Efficient Orthogonal Fine-Tuning with Principal Subspace Adaptation

arXiv.org Artificial Intelligence

Driven by the rapid growth of model parameters, parameter-efficient fine-tuning (PEFT) has become essential for adapting large models to diverse downstream tasks under constrained computational resources. Within this paradigm, orthogonal fine-tuning and its variants preserve semantic representations of pre-trained models, but struggle to achieve both expressiveness and efficiency in terms of parameter counts, memory, and computation. To overcome this limitation, we propose efficient Orthogonal Fine-Tuning with Principal Subspace adaptation (PSOFT), which confines orthogonal transformations to the principal subspace of pre-trained weights.
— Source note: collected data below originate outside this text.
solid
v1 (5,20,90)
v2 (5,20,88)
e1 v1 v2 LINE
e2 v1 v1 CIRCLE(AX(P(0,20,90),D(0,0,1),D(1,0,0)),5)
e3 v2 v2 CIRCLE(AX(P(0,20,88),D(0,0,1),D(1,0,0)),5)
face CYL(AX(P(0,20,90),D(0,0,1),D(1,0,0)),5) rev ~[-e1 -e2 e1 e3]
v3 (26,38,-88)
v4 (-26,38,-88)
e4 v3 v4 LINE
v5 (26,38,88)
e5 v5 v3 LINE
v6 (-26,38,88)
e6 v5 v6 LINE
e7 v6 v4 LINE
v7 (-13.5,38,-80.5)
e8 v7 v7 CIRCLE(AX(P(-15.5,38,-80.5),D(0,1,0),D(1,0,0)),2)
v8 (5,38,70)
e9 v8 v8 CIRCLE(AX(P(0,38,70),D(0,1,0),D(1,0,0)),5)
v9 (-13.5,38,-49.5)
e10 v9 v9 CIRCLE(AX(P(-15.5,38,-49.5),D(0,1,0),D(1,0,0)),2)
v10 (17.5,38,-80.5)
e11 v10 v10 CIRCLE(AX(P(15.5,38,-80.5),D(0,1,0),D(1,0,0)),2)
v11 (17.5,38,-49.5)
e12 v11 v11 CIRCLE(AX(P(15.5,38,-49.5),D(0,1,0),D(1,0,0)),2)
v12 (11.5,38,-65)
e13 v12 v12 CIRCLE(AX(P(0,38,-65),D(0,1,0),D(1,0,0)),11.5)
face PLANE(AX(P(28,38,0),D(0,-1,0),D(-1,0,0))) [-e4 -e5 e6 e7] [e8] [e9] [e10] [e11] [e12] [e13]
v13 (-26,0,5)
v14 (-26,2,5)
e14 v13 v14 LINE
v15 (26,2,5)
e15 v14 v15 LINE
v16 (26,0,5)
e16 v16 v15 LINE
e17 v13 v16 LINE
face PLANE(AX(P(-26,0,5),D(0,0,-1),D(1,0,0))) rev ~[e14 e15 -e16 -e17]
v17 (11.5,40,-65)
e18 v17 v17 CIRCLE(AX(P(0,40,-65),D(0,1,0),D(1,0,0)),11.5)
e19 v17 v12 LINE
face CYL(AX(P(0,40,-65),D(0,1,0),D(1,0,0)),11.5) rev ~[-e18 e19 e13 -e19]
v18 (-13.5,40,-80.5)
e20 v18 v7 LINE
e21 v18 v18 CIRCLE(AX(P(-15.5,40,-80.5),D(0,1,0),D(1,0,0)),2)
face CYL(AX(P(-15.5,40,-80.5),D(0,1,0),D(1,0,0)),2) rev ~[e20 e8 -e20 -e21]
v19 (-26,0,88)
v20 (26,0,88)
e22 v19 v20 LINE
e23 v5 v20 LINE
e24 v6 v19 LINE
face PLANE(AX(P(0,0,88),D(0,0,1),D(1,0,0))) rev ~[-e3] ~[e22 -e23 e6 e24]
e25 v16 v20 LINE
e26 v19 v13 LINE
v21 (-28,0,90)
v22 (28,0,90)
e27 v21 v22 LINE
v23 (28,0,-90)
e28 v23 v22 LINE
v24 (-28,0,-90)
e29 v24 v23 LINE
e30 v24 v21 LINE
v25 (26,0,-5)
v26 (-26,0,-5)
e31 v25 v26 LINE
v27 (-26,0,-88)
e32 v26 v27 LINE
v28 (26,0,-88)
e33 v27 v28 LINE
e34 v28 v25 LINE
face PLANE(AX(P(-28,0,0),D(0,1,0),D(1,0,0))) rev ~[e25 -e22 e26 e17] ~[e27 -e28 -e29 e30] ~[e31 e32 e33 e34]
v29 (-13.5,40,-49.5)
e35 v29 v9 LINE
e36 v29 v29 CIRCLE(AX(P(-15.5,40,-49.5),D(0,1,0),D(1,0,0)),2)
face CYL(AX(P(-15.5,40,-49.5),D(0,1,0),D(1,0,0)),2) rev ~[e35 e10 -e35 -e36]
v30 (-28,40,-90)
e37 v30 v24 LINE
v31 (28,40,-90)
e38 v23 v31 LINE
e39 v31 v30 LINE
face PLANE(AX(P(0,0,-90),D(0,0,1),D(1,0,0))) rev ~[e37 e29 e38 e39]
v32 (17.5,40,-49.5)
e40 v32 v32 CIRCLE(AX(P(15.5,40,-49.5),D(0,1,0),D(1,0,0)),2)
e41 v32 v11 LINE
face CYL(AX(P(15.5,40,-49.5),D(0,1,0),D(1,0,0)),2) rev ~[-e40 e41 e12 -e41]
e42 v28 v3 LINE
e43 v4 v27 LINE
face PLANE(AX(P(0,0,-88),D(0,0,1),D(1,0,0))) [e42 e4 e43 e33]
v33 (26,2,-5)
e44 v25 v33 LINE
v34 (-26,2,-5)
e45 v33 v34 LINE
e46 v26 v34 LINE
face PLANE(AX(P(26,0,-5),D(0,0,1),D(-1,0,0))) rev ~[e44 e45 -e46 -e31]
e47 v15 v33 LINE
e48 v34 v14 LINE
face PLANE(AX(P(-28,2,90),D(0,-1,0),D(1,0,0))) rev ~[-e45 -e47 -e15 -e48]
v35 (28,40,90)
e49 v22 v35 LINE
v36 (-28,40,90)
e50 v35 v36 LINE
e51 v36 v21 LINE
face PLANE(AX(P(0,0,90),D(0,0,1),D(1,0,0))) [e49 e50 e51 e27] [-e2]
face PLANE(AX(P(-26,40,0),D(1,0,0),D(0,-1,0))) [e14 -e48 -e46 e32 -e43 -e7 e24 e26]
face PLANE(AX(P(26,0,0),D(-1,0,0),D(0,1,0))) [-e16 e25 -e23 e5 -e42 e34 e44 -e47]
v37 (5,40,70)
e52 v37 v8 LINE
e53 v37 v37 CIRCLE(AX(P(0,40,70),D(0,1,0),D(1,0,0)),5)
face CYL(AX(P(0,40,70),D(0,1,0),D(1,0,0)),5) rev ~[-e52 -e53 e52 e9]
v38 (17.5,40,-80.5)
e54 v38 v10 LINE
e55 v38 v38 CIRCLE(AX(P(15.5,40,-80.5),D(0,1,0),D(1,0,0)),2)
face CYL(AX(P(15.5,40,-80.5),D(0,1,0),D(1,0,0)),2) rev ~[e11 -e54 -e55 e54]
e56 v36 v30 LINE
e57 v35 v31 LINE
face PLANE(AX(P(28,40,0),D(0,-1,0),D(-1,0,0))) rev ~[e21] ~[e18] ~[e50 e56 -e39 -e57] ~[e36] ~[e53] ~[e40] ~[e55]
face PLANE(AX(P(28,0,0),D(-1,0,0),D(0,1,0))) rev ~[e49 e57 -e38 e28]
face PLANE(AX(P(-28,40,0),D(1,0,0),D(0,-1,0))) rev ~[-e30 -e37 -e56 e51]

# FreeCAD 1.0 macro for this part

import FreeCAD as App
import Part
import Sketcher
Q = App.Units.Quantity


def faces_at(feature, points):
    """Names of the faces that lie closest to the given points."""
    faces = feature.Shape.Faces
    near = lambda p: min(range(len(faces)), key=lambda i: faces[i].distToShape(Part.Vertex(*p))[0])
    return sorted({f"Face{near(p) + 1}" for p in points})


def add_polygon(sketch, points):
    """Adds a closed chain of lines whose ends are joined by coincident constraints."""
    first, n = sketch.GeometryCount, len(points)
    for a, b in zip(points, points[1:] + points[:1]):
        sketch.addGeometry(Part.LineSegment(App.Vector(*a, 0), App.Vector(*b, 0)), False)
    for i in range(n):
        sketch.addConstraint(Sketcher.Constraint("Coincident", first + i, 2, first + (i + 1) % n, 1))

doc = App.newDocument("Part")
body = doc.addObject("PartDesign::Body", "Body")

# Sketch on XY plane
sketch1 = body.newObject("Sketcher::SketchObject", "Sketch")
sketch1.AttachmentSupport = (doc.getObject("XY_Plane"), [""])
sketch1.MapMode = "FlatFace"
add_polygon(sketch1, [(-28, 40), (-28, 0), (28, 0), (28, 40)])  # lines 0-3
sketch1.addConstraint([
    Sketcher.Constraint("Vertical", 0),
    Sketcher.Constraint("Horizontal", 1),
    Sketcher.Constraint("Vertical", 2),
    Sketcher.Constraint("Horizontal", 3),
    Sketcher.Constraint("Symmetric", 0, 2, 1, 2, -1, 1),
    Sketcher.Constraint("DistanceX", 1, 1, 1, 2, Q("56 mm")),
    Sketcher.Constraint("DistanceY", 0, 2, 0, 1, Q("40 mm")),
])
pad1 = body.newObject("PartDesign::Pad", "Pad")
pad1.Profile = sketch1
pad1.Length = 180
pad1.Midplane = True
doc.recompute()

thickness = body.newObject("PartDesign::Thickness", "Thickness")
thickness.Base = (pad1, faces_at(pad1, [(-9.333, 0, 30)]))
thickness.Value = 2
thickness.Reversed = True
thickness.Join = "Intersection"

# Sketch on XY plane
sketch2 = body.newObject("Sketcher::SketchObject", "Sketch001")
sketch2.AttachmentSupport = (doc.getObject("XY_Plane"), [""])
sketch2.MapMode = "FlatFace"
sketch2.AttachmentOffset = App.Placement(App.Vector(0, 0, 90), App.Rotation())
sketch2.addGeometry(Part.Circle(App.Vector(0, 20, 0), App.Vector(0, 0, 1), 5), False)
sketch2.addConstraint([
    Sketcher.Constraint("PointOnObject", 0, 3, -2),
    Sketcher.Constraint("Diameter", 0, Q("10 mm")),
    Sketcher.Constraint("DistanceY", -1, 1, 0, 3, Q("20 mm")),
])
pocket1 = body.newObject("PartDesign::Pocket", "Pocket")
pocket1.Profile = sketch2
pocket1.Length = 2

# Sketch on XZ plane
sketch3 = body.newObject("Sketcher::SketchObject", "Sketch002")
sketch3.AttachmentSupport = (doc.getObject("XZ_Plane"), [""])
sketch3.MapMode = "FlatFace"
sketch3.AttachmentOffset = App.Placement(App.Vector(0, 0, -40), App.Rotation())
sketch3.addGeometry([
    Part.Circle(App.Vector(0, -65, 0), App.Vector(0, 0, 1), 11.5),  # 0
    Part.Circle(App.Vector(-15.5, -49.5, 0), App.Vector(0, 0, 1), 2),  # 1
    Part.Circle(App.Vector(15.5, -80.5, 0), App.Vector(0, 0, 1), 2),  # 2
    Part.Circle(App.Vector(-15.5, -80.5, 0), App.Vector(0, 0, 1), 2),  # 3
    Part.Circle(App.Vector(15.5, -49.5, 0), App.Vector(0, 0, 1), 2),  # 4
    Part.Circle(App.Vector(0, 70, 0), App.Vector(0, 0, 1), 5),  # 5
], False)
sketch3.addConstraint([
    Sketcher.Constraint("Equal", 1, 2),
    Sketcher.Constraint("Equal", 2, 3),
    Sketcher.Constraint("Equal", 3, 4),
    Sketcher.Constraint("Symmetric", 2, 3, 3, 3, -2),
    Sketcher.Constraint("Symmetric", 1, 3, 4, 3, -2),
    Sketcher.Constraint("PointOnObject", 0, 3, -2),
    Sketcher.Constraint("PointOnObject", 5, 3, -2),
    Sketcher.Constraint("Vertical", 1, 3, 3, 3),
    Sketcher.Constraint("Diameter", 0, Q("23 mm")),
    Sketcher.Constraint("Diameter", 1, Q("4 mm")),
    Sketcher.Constraint("Diameter", 5, Q("10 mm")),
    Sketcher.Constraint("DistanceX", 1, 3, 2, 3, Q("31 mm")),
    Sketcher.Constraint("DistanceY", 2, 3, 1, 3, Q("31 mm")),
    Sketcher.Constraint("DistanceY", 0, 3, -1, 1, Q("65 mm")),
    Sketcher.Constraint("DistanceY", -1, 1, 5, 3, Q("70 mm")),
    Sketcher.Constraint("DistanceY", 1, 3, -1, 1, Q("49.5 mm")),
])
pocket2 = body.newObject("PartDesign::Pocket", "Pocket001")
pocket2.Profile = sketch3
pocket2.Length = 2
pocket2.Reversed = True

# Sketch on XZ plane
sketch4 = body.newObject("Sketcher::SketchObject", "Sketch003")
sketch4.AttachmentSupport = (doc.getObject("XZ_Plane"), [""])
sketch4.MapMode = "FlatFace"
add_polygon(sketch4, [(-26, 5), (-26, -5), (26, -5), (26, 5)])  # lines 0-3
sketch4.addConstraint([
    Sketcher.Constraint("Vertical", 0),
    Sketcher.Constraint("Horizontal", 1),
    Sketcher.Constraint("Vertical", 2),
    Sketcher.Constraint("Horizontal", 3),
    Sketcher.Constraint("Symmetric", 0, 2, 2, 2, -1, 1),
    Sketcher.Constraint("DistanceY", 0, 2, 0, 1, Q("10 mm")),
    Sketcher.Constraint("DistanceX", 1, 1, 1, 2, Q("52 mm")),
])
pad2 = body.newObject("PartDesign::Pad", "Pad001")
pad2.Profile = sketch4
pad2.Length = 2
pad2.Reversed = True

doc.recompute()
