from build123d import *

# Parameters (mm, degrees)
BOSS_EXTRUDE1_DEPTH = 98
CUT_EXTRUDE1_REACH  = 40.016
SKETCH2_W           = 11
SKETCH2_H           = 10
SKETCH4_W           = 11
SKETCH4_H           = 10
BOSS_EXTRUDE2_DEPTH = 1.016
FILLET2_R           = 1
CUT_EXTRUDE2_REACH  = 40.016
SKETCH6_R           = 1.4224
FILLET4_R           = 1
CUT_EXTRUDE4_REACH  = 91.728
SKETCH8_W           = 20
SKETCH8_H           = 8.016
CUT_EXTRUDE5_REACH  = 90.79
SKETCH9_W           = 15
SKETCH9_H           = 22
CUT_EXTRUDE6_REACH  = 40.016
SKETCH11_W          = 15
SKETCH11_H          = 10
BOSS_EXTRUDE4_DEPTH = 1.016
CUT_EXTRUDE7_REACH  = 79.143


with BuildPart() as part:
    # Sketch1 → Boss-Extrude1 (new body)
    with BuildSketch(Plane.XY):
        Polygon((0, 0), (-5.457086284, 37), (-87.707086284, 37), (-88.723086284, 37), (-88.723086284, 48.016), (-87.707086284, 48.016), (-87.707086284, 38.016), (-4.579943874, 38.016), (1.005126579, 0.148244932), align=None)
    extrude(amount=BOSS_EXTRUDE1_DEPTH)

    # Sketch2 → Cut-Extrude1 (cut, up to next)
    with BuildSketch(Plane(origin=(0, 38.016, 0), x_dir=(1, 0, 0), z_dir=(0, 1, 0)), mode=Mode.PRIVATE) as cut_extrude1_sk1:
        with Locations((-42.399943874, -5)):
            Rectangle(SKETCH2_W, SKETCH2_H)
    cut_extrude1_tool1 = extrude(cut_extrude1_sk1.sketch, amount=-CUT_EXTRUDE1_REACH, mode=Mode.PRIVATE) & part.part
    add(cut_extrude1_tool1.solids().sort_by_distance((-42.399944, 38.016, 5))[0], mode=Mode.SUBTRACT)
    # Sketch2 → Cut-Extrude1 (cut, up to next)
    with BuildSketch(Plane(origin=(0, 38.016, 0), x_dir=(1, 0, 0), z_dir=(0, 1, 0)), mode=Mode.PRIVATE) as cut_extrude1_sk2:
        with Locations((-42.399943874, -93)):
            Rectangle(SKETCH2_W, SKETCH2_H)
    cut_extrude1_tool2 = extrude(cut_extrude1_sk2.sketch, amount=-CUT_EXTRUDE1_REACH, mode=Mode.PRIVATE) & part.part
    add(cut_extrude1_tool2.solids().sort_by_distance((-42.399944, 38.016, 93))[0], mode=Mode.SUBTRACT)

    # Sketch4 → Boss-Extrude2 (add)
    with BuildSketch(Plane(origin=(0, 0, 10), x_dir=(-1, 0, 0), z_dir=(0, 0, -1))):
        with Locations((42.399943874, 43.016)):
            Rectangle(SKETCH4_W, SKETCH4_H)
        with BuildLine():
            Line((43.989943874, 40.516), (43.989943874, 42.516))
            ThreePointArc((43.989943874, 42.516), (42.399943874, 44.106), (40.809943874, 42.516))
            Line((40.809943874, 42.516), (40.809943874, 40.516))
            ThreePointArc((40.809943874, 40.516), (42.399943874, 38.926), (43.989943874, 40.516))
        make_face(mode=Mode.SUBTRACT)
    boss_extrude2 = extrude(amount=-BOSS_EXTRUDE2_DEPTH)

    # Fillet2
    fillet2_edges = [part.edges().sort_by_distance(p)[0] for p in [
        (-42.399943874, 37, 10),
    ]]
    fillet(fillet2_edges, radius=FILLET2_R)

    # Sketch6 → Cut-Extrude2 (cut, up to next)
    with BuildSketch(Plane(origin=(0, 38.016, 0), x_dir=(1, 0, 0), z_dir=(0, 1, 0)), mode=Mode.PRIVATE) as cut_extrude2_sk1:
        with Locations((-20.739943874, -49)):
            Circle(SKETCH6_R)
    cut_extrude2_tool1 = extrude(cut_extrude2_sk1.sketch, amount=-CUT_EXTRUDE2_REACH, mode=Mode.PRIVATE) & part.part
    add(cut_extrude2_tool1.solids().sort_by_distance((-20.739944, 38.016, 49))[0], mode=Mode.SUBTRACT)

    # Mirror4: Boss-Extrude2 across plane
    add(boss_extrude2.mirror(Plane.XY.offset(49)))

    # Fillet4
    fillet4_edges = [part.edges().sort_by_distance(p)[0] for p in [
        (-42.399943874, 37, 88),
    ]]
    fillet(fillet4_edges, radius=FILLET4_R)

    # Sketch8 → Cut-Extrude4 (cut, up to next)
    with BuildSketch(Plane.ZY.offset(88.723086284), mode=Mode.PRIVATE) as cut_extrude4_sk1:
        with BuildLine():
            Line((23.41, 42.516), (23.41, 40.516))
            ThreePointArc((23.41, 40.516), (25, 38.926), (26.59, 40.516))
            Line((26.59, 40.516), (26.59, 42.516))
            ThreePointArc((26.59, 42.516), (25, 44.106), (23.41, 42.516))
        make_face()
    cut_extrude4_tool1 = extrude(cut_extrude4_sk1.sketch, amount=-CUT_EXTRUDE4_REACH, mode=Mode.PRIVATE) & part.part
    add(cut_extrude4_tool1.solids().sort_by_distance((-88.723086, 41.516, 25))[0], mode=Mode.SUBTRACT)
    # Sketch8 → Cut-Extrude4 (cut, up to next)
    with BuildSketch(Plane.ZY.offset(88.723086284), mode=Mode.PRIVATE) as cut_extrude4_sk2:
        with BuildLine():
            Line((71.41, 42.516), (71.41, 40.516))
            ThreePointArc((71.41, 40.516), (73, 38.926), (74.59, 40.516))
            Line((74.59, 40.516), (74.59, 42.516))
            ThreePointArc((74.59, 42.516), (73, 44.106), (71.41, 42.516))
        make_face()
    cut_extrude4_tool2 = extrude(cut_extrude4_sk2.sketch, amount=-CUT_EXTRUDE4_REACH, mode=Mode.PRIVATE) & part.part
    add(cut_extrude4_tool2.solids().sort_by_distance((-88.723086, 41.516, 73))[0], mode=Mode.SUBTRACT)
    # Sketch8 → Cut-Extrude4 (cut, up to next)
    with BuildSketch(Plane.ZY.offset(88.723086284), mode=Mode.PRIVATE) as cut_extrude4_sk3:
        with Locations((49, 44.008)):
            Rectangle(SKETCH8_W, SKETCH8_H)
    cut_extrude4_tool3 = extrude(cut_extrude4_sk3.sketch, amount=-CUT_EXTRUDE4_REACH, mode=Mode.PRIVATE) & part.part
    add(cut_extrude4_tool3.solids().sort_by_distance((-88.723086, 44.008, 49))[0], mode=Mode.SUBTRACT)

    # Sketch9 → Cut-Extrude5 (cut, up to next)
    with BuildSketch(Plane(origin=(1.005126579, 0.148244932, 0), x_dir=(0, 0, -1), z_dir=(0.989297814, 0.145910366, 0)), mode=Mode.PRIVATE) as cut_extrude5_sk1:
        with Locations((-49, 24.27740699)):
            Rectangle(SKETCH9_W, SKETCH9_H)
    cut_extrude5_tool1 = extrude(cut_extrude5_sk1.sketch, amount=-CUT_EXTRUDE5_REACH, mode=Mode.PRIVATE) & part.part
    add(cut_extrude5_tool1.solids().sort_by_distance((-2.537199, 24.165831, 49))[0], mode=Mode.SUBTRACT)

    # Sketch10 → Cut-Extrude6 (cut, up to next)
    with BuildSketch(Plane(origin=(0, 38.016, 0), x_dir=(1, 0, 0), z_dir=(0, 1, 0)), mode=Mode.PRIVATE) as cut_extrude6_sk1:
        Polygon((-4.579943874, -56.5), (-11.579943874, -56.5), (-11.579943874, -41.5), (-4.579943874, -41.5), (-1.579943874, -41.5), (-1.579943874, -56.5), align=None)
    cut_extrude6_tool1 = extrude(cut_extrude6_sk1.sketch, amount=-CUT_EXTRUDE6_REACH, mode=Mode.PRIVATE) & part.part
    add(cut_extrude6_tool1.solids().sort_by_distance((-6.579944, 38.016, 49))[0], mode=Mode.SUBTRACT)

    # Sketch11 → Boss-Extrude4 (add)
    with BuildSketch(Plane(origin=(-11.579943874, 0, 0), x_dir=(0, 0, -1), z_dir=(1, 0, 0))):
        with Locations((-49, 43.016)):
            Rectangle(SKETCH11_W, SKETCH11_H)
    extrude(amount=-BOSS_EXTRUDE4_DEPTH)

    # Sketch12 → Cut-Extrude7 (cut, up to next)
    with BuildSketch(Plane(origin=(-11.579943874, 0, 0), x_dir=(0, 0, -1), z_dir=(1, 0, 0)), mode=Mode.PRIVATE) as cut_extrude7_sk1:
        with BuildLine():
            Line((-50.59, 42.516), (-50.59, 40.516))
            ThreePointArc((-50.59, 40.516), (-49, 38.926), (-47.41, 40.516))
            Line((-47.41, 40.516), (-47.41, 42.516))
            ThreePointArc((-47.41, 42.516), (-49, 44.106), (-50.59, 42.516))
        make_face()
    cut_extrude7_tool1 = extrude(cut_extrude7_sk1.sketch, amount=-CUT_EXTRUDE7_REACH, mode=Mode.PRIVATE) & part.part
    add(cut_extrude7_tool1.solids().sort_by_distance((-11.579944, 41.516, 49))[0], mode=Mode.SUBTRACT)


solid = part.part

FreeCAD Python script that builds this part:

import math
import FreeCAD as App
import Part
import Sketcher

V = App.Vector
Q = App.Units.Quantity


def edges_at(feature, points):
    """Names of the edges that pass closest to the given points."""
    edges = feature.Shape.Edges
    near = lambda p: min(range(len(edges)), key=lambda i: edges[i].distToShape(Part.Vertex(*p))[0])
    return sorted({f"Edge{near(p) + 1}" for p in points})

doc = App.newDocument("Part")
body = doc.addObject("PartDesign::Body", "Body")

# Sketch on XY plane
sketch1 = body.newObject("Sketcher::SketchObject", "Sketch")
sketch1.AttachmentSupport = (doc.getObject("XY_Plane"), [""])
sketch1.MapMode = "FlatFace"
sketch1.addGeometry([
    Part.LineSegment(V(-5.457086, 37, 0), V(0, 0, 0)),  # 0
    Part.LineSegment(V(0, 0, 0), V(1.005127, 0.148245, 0)),  # 1
    Part.LineSegment(V(1.005127, 0.148245, 0), V(-4.579944, 38.016, 0)),  # 2
    Part.LineSegment(V(-4.579944, 38.016, 0), V(-87.707086, 38.016, 0)),  # 3
    Part.LineSegment(V(-87.707086, 38.016, 0), V(-87.707086, 48.016, 0)),  # 4
    Part.LineSegment(V(-87.707086, 48.016, 0), V(-88.723086, 48.016, 0)),  # 5
    Part.LineSegment(V(-88.723086, 48.016, 0), V(-88.723086, 37, 0)),  # 6
    Part.LineSegment(V(-88.723086, 37, 0), V(-5.457086, 37, 0)),  # 7
], False)
sketch1.addConstraint([
    Sketcher.Constraint("Coincident", 0, 2, 1, 1),
    Sketcher.Constraint("Coincident", 1, 2, 2, 1),
    Sketcher.Constraint("Coincident", 2, 2, 3, 1),
    Sketcher.Constraint("Coincident", 3, 2, 4, 1),
    Sketcher.Constraint("Coincident", 4, 2, 5, 1),
    Sketcher.Constraint("Coincident", 5, 2, 6, 1),
    Sketcher.Constraint("Coincident", 6, 2, 7, 1),
    Sketcher.Constraint("Coincident", 7, 2, 0, 1),
    Sketcher.Constraint("Horizontal", 3),
    Sketcher.Constraint("Vertical", 4),
    Sketcher.Constraint("Horizontal", 5),
    Sketcher.Constraint("Vertical", 6),
    Sketcher.Constraint("Horizontal", 7),
    Sketcher.Constraint("Coincident", 0, 2, -1, 1),
    Sketcher.Constraint("Perpendicular", 0, 1),
    Sketcher.Constraint("Perpendicular", 1, 2),
    Sketcher.Constraint("DistanceY", 4, 1, 4, 2, Q("10 mm")),
    Sketcher.Constraint("DistanceY", -1, 1, 6, 2, Q("37 mm")),
    Sketcher.Constraint("Angle", 0, Q("-81.61 deg")),
    Sketcher.Constraint("DistanceX", 5, 2, 5, 1, Q("1.016 mm")),
    Sketcher.Constraint("DistanceX", 7, 1, 7, 2, Q("83.266 mm")),
    Sketcher.Constraint("DistanceY", 6, 2, 6, 1, Q("11.016 mm")),
    Sketcher.Constraint("Distance", 1, Q("1.016 mm")),
])
pad1 = body.newObject("PartDesign::Pad", "Pad")
pad1.Profile = sketch1
pad1.Length = 98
Specifically, PSOFT constructs this subspace via matrix decomposition to enable compatible transformations with higher effective rank, establishes a theoretical condition that strictly maintains the geometry of this subspace for essential semantic preservation, and introduces efficient tunable vectors that gradually relax orthogonality during training to enhance adaptability. Extensive experiments on 35 NLP and CV tasks across four representative models demonstrate that PSOFT offers a practical and scalable solution to simultaneously achieve semantic preservation, expressiveness, and multi-dimensional efficiency in PEFT. The code is publicly available at https://github.com/fei407/PSOFT.